Tuesday, April 17, 2012

Unprepared

I took a variety of classes when becoming a teacher, math classes, pedagogy classes, classes about classroom management, as well as a semester of student teaching.  It doesn't take long to see that there are many things we don't learn in the classroom.  They never prepared me for the emotional toll of teaching.

This year has been especially hard.  We have many students suffering from financial hardships lately.  We have a designated room with donated clothes, food, personal hygiene items to help out families.  Staff members have contacts with different resources, and are able to refer families whenever needed. We expect these things during an economic crisis. 

What you don't expect is to see a former student's obituary in the paper.  It is the third student I have lost in 14 years.  He had two small children.

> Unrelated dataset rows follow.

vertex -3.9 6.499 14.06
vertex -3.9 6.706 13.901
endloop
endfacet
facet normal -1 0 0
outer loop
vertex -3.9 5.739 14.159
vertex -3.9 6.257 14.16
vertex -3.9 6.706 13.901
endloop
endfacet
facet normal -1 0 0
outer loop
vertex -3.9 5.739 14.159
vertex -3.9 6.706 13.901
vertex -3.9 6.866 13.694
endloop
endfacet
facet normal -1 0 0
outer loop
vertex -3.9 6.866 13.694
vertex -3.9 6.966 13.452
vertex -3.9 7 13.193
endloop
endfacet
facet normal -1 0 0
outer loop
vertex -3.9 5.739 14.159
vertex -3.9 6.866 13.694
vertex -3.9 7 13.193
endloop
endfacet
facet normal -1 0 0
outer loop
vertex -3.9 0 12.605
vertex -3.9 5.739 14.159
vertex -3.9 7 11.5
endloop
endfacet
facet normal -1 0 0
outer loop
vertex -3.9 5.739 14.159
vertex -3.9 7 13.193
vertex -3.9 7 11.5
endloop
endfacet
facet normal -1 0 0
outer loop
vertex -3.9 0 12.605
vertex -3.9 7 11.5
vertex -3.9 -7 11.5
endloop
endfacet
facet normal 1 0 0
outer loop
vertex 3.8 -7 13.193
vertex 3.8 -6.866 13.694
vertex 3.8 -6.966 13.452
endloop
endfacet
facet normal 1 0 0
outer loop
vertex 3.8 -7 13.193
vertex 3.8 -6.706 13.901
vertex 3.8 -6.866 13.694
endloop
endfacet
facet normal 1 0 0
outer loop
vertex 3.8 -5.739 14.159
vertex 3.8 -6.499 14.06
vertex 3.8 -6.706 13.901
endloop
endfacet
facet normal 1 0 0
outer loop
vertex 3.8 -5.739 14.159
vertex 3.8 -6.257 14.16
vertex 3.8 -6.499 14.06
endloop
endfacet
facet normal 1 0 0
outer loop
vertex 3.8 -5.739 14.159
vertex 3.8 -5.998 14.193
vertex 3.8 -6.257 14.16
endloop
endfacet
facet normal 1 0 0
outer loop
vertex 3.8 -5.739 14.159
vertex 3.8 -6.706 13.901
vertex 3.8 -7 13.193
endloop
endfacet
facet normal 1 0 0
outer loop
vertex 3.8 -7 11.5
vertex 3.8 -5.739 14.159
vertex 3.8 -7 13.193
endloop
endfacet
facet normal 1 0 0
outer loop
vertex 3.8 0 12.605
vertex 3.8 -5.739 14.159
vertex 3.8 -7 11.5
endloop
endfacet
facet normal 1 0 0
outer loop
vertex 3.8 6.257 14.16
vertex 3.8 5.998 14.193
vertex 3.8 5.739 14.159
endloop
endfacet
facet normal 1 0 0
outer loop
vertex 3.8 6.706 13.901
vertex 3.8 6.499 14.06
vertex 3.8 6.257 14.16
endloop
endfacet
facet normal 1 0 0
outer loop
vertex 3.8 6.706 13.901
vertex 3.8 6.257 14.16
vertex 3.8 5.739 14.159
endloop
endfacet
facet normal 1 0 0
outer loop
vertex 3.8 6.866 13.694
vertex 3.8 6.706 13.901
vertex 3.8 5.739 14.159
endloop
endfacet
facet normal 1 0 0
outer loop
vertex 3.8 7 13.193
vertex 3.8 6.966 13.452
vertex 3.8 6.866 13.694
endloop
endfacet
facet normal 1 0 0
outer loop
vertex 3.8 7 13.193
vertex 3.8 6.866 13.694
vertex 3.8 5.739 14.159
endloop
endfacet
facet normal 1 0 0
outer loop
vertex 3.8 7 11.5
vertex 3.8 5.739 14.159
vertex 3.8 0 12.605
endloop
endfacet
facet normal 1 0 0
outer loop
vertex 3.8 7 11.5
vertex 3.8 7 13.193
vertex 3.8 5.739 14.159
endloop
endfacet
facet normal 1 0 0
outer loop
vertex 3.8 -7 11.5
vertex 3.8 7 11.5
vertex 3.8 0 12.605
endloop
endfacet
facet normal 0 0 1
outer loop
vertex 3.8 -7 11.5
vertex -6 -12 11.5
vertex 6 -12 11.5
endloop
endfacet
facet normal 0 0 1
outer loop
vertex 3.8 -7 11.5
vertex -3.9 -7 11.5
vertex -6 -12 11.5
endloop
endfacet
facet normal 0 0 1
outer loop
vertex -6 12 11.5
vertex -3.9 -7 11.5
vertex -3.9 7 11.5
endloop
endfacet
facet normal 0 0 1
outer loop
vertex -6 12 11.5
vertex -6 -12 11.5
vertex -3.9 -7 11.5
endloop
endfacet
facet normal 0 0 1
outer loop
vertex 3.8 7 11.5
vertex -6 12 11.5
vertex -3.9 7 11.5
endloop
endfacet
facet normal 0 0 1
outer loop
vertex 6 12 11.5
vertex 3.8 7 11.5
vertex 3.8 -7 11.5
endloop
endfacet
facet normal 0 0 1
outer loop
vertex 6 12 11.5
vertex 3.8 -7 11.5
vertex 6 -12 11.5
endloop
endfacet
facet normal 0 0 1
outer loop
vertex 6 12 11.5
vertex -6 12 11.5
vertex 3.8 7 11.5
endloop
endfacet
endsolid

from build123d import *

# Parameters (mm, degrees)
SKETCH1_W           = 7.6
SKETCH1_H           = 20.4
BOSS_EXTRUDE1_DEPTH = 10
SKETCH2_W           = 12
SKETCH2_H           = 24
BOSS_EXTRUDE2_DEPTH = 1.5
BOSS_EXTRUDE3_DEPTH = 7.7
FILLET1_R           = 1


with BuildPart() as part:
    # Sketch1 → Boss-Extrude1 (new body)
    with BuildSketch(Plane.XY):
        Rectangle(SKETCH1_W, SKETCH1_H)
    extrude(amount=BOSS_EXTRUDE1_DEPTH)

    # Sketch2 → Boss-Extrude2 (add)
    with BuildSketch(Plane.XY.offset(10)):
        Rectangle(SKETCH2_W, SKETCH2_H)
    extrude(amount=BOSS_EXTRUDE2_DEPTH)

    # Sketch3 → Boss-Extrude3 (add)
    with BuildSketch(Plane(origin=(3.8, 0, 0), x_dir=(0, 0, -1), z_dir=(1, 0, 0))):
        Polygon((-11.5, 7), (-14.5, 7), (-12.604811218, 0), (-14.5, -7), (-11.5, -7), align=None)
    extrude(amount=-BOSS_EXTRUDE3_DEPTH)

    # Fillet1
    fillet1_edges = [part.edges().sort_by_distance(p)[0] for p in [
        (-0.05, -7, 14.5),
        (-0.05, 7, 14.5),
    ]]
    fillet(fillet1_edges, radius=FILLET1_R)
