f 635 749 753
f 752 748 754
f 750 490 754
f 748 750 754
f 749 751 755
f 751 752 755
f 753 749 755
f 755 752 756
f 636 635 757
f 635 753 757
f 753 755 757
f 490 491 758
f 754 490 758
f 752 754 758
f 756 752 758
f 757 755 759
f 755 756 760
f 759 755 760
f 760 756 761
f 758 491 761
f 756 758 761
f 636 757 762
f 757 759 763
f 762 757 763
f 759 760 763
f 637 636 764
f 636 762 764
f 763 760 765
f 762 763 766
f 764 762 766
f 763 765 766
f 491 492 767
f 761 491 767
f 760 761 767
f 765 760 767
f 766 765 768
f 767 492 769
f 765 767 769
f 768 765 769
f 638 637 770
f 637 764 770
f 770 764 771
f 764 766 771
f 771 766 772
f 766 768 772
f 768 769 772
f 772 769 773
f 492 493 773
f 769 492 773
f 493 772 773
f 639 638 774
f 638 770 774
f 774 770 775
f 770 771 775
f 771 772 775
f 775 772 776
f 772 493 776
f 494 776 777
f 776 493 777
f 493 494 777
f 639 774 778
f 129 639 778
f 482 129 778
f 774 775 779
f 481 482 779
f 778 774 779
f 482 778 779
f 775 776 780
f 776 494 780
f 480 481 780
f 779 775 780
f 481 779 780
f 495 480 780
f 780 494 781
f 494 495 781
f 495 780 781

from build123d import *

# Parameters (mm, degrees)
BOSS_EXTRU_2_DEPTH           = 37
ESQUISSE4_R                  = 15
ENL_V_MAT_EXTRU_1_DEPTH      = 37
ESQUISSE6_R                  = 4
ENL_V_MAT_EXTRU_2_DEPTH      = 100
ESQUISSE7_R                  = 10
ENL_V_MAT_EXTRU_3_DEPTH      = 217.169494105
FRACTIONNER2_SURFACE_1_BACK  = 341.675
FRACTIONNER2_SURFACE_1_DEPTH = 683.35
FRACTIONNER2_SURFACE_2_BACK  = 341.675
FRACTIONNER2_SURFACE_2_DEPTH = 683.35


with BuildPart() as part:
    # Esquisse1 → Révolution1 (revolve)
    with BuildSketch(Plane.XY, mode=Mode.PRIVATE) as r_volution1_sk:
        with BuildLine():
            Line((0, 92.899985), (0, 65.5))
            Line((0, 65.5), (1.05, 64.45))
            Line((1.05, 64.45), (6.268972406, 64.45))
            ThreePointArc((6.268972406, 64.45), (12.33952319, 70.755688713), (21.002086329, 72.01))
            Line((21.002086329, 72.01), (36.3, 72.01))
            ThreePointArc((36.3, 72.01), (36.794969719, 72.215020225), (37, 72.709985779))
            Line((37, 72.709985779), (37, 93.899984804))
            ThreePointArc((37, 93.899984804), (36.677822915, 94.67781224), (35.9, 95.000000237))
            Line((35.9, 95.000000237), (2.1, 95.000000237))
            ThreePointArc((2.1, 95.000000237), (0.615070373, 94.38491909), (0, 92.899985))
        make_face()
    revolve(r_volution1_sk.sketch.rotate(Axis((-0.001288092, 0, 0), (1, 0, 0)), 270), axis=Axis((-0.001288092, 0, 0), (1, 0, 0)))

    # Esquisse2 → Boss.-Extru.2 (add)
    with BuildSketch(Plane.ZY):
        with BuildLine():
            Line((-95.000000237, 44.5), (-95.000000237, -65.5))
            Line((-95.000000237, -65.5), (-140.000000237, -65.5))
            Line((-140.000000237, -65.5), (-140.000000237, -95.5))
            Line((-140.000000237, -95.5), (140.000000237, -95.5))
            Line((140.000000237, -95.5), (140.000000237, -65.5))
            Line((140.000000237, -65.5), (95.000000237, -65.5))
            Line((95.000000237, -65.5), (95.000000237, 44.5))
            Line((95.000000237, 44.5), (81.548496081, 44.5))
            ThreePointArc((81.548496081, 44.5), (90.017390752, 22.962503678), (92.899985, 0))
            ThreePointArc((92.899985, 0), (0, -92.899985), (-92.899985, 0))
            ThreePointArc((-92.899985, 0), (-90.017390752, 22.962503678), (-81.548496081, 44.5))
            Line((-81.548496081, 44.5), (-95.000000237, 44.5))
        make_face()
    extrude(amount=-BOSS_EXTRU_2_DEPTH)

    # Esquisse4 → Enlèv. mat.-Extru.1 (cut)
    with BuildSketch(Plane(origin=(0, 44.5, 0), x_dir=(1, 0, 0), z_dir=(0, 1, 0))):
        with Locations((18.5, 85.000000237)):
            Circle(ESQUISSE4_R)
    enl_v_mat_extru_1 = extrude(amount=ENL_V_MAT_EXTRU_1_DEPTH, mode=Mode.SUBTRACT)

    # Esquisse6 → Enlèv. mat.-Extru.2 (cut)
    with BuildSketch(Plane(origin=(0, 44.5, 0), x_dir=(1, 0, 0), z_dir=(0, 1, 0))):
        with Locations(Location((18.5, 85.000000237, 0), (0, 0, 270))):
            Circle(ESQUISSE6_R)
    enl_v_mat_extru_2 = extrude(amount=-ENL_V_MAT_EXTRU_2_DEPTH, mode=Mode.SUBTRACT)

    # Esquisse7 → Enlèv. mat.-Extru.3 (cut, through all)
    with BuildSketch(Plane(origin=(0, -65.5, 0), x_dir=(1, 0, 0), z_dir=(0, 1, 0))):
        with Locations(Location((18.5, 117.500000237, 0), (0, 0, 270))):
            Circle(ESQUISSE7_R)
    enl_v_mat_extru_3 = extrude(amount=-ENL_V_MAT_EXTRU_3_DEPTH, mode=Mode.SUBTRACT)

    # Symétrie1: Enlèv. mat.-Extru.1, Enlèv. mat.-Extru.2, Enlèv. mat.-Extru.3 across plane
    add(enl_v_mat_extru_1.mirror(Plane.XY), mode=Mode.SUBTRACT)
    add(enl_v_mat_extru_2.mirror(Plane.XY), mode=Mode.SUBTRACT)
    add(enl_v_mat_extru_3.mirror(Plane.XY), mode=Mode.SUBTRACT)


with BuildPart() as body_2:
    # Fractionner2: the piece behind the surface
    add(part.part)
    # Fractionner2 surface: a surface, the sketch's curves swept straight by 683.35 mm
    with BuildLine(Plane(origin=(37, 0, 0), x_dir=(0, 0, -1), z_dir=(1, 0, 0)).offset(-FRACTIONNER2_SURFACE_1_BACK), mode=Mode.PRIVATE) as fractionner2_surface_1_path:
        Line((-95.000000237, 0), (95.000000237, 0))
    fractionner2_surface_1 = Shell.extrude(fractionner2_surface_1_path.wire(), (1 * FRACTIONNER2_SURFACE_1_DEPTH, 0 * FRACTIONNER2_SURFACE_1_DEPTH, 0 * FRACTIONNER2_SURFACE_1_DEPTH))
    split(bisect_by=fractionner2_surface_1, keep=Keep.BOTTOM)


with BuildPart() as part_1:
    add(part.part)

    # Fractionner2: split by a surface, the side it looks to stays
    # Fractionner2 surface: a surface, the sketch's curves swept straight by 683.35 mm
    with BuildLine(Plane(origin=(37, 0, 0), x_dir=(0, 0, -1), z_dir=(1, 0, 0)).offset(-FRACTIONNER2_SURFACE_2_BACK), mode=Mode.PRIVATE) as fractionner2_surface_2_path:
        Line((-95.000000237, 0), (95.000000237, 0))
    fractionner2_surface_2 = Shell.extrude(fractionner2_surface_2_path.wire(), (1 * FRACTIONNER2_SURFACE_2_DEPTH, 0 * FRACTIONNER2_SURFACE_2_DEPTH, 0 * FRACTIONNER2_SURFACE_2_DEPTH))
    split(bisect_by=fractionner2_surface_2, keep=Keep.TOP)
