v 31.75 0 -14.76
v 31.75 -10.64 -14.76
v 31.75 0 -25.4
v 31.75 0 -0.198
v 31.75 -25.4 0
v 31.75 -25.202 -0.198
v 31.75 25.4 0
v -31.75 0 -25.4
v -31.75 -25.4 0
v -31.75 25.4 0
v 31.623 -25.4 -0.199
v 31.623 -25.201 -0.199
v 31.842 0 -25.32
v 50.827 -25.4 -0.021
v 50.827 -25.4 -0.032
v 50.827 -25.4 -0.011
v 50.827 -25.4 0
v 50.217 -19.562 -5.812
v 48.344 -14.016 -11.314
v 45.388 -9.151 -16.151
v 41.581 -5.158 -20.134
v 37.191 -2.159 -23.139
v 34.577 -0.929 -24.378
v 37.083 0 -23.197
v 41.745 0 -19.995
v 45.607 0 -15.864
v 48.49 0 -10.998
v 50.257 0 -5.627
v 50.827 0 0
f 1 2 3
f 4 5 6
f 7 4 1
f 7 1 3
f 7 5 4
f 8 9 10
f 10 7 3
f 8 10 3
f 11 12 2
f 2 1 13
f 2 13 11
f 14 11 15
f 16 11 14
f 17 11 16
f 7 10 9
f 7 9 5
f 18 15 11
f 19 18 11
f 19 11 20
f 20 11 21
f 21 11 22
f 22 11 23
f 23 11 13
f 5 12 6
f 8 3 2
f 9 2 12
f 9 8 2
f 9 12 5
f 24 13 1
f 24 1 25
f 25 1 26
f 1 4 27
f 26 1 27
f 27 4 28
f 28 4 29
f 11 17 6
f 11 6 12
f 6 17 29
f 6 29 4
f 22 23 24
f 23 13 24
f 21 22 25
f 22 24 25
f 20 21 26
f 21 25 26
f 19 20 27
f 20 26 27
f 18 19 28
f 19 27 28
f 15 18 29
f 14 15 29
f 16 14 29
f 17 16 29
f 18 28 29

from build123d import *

# Parameters (mm, degrees)
F0_W        = 63.5
F0_H        = 76.2
F1_DEPTH    = 25.4
F2_T1_DEPTH = 259.462243683
F3_T1_DEPTH = 259.462243683
F5_DEPTH    = 25.4
F7_DEPTH    = 25.4


# Not quite as in the source:
# - a fillet or chamfer that OpenCascade refuses, or shapes differently, is made with other operations: its cross-section is extruded or revolved along the edge and cut away or added


with BuildPart() as f1:
    # F0 (on Top) → F1 (new body)
    with BuildSketch(Plane.XY):
        Rectangle(F0_W, F0_H)
    extrude(amount=-F1_DEPTH)

    # F2: chamfer of 38.1 on 1 edges, made by hand

    # F2_s2 → F2_t1 (cut)
    with BuildSketch(Plane.YZ.offset(-129.7311218415)):
        Polygon((38.1, 12.7), (0, -25.4), (38.1, -25.4), align=None)
    extrude(amount=F2_T1_DEPTH, mode=Mode.SUBTRACT)

    # F3: chamfer of 38.1 on 1 edges, made by hand

    # F3_s2 → F3_t1 (cut)
    with BuildSketch(Plane.YZ.offset(-129.7311218415)):
        Polygon((0, -25.4), (-38.1, 12.7), (-38.1, -25.4), align=None)
    extrude(amount=F3_T1_DEPTH, mode=Mode.SUBTRACT)

    # F4 (on Front) → F5 (join)
    with BuildSketch(Plane.XZ):
        with BuildLine():
            Line((31.6233746707, -0.1989824377), (31.8418294191, -25.3204219043))
            ThreePointArc((31.8418294191, -25.3204219043), (45.6070605547, -15.863879172), (50.8267469704, 0))
            Line((50.8267469704, 0), (31.6233746707, -0.1989824377))
        make_face()
    extrude(amount=F5_DEPTH)

    # F6 (on face) → F7 (cut)
    with BuildSketch(Plane(origin=(31.6192532968, 0, 0.274959404), x_dir=(0, -1, 0), z_dir=(-0.9999621924, 0, -0.0086956199))):
        Polygon((25.4, -0.473959761), (0, -25.5963490453), (25.4, -25.5963490453), align=None)
    extrude(amount=-F7_DEPTH, mode=Mode.SUBTRACT)


solid = f1.part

You don't expect to have a 16 year old who lost her father five years ago to cancer, find out that her mom has cancer...again.  I watch her floundering, because her older sister has gone to college, and she has very little support system. 

You don't expect a girl to get a text in your class telling her that her mother, who she thought was recovering, is dying. 

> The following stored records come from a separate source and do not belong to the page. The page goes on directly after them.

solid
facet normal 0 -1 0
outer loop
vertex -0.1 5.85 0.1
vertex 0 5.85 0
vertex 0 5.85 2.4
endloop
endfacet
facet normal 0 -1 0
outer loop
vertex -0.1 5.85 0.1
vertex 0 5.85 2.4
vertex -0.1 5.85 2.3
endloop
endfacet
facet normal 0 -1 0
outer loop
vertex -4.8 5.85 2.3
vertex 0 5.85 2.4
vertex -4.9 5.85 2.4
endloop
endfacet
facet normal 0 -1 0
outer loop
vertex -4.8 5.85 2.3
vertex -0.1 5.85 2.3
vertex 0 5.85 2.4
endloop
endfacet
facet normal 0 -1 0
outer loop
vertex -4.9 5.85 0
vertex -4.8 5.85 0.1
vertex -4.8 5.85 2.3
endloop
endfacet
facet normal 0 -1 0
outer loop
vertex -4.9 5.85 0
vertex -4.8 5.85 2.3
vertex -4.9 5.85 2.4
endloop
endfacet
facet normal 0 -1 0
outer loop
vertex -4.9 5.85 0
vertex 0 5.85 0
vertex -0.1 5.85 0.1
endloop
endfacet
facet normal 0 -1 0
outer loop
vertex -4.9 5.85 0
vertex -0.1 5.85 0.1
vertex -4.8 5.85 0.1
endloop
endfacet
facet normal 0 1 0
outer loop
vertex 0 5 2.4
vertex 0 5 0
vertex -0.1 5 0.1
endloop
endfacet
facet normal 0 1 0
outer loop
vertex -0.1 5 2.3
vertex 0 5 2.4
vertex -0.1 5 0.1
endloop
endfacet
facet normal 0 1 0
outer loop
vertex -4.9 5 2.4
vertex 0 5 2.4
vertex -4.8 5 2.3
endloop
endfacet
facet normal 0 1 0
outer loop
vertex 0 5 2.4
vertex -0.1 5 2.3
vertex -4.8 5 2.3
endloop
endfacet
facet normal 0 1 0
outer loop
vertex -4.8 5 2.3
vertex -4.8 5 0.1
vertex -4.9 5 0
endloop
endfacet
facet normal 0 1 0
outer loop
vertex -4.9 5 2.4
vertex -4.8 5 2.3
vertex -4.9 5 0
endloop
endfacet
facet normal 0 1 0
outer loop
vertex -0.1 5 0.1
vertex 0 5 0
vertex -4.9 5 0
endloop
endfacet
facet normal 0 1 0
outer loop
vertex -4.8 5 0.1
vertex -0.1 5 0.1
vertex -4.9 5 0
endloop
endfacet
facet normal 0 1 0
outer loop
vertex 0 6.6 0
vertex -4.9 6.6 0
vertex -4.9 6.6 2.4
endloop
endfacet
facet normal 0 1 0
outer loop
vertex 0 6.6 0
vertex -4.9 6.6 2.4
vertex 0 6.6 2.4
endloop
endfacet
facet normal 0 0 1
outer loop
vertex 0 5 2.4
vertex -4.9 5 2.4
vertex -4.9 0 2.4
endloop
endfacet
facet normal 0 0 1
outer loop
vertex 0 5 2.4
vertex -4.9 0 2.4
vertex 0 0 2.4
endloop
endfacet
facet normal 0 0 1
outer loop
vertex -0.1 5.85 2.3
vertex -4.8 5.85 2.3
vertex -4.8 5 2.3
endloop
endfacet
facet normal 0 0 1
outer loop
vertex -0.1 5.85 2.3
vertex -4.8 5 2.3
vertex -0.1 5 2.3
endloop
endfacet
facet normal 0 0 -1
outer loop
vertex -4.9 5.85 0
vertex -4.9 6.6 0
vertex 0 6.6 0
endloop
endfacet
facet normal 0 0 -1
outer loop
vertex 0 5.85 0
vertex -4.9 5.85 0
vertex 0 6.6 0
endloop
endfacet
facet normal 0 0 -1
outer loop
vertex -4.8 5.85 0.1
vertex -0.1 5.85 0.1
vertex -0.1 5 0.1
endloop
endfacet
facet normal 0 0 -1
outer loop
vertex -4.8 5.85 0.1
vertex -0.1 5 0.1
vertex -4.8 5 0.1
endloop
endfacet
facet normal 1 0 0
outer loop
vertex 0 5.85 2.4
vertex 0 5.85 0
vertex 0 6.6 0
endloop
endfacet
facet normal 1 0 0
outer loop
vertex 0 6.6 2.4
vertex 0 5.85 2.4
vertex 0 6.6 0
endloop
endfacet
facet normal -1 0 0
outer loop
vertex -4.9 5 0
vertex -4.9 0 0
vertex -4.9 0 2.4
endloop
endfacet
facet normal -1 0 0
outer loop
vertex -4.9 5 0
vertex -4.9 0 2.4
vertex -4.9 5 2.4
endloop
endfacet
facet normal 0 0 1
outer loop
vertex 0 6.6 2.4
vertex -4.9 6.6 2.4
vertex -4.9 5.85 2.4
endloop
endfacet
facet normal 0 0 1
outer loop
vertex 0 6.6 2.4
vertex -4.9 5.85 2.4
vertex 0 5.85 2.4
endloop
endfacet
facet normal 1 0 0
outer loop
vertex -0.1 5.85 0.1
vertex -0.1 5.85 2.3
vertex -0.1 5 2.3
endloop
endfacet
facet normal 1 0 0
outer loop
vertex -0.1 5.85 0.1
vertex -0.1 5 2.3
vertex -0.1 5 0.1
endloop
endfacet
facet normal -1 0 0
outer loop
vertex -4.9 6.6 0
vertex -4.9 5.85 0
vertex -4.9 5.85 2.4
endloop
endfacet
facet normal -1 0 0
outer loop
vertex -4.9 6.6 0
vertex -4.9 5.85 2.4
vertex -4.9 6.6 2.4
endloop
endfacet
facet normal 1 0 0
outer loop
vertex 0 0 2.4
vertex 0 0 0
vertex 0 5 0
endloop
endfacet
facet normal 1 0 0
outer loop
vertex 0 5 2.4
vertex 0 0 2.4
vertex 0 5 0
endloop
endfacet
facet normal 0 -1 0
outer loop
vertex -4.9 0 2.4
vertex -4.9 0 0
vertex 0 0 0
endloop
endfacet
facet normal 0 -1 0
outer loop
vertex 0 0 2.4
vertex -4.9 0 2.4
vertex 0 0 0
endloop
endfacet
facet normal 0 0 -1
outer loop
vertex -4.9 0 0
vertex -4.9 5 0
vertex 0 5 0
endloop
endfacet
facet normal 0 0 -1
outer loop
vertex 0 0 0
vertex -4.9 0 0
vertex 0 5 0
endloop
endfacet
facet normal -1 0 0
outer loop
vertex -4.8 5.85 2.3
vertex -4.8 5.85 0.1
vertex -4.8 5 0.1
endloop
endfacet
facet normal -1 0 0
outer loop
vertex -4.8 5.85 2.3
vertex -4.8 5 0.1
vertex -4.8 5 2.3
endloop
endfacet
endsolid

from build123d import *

# Parameters (mm, degrees)
SKICA1_W                 = 4.9
SKICA1_H                 = 6.6
P_IDAT_VYSUNUT_M1_DEPTH  = 2.4
SKICA2_W                 = 4.9
SKICA2_H                 = 0.85
ODEBRAT_VYSUNUT_M1_DEPTH = 0.1
SKICA3_W                 = 2.3
SKICA3_H                 = 0.85
ODEBRAT_VYSUNUT_M2_DEPTH = 0.1
SKICA4_W                 = 4.8
SKICA4_H                 = 0.85
ODEBRAT_VYSUNUT_M3_DEPTH = 0.1
SKICA5_W                 = 2.2
SKICA5_H                 = 0.85
ODEBRAT_VYSUNUT_M4_DEPTH = 0.1


with BuildPart() as part:
    # Skica1 → Přidat vysunutím1 (new body)
    with BuildSketch(Plane.XY):
        with Locations((-2.45, 3.3)):
            Rectangle(SKICA1_W, SKICA1_H)
    extrude(amount=P_IDAT_VYSUNUT_M1_DEPTH)

    # Skica2 → Odebrat vysunutím1 (cut)
    with BuildSketch(Plane.XY.offset(2.4)):
        with Locations((-2.45, 5.425)):
            Rectangle(SKICA2_W, SKICA2_H)
    extrude(amount=-ODEBRAT_VYSUNUT_M1_DEPTH, mode=Mode.SUBTRACT)

    # Skica3 → Odebrat vysunutím2 (cut)
    with BuildSketch(Plane(origin=(0, 0, 0), x_dir=(0, 0, -1), z_dir=(1, 0, 0))):
        with Locations((-1.15, 5.425)):
            Rectangle(SKICA3_W, SKICA3_H)
    extrude(amount=-ODEBRAT_VYSUNUT_M2_DEPTH, mode=Mode.SUBTRACT)

    # Skica4 → Odebrat vysunutím3 (cut)
    with BuildSketch(Plane(origin=(0, 0, 0), x_dir=(-1, 0, 0), z_dir=(0, 0, -1))):
        with Locations((2.5, 5.425)):
            Rectangle(SKICA4_W, SKICA4_H)
    extrude(amount=-ODEBRAT_VYSUNUT_M3_DEPTH, mode=Mode.SUBTRACT)

    # Skica5 → Odebrat vysunutím4 (cut)
    with BuildSketch(Plane.ZY.offset(4.9)):
        with Locations((1.2, 5.425)):
            Rectangle(SKICA5_W, SKICA5_H)
    extrude(amount=-ODEBRAT_VYSUNUT_M4_DEPTH, mode=Mode.SUBTRACT)


solid = part.part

You don't expect to find that another students parents have spent his entire college fund... on cancer treatment for his mom.  Which didn't work, so now, no college and also mom is dying.  And his little brother is friends with Owen.

You don't expect your colleague to come to you because one of her students isn't returning after spring break because he is in a coma.

I feel so powerless, I can't fix things for these kids.  I have spent so much time crying for these kids, it breaks my heart.  I don't think people understand how emotionally draining teaching can be, both for the good and bad.

I have a student that I first had as a freshman, he is just a great kid.  He isn't the top kid in class, but he is sweet and funny and kind.  I have him now as a senior, I know he isn't 4 year college material, so  I was overjoyed to find out  two weeks ago that he has a great opportunity playing sports in a different country.  He will get paid, and his housing is paid and he will get 2 years of vocational training.  I am so happy for him.  Then Friday he came to me crying because his family had 5 days to move out of their home.  He is now homeless.  He will be staying with friends, and the rest of his family will scatter to stay with various people.  He still has to buy his plane ticket, and is hoping he can get some money from his dad to buy it. 

For a change this is something tangible that can be fixed.  An assistant principal, another teacher and I are going to buy the ticket for him.  I can't keep people from dying but I can throw a few hundred in to help a kid.  I wish I could do more, but I am happy that I work with people who will go out of their way to help kids out.

This is why teachers need summer vacation.  By the end of the year you are emotionally raw, when the next year starts I will have scabs and scars, only to start the whole thing over again.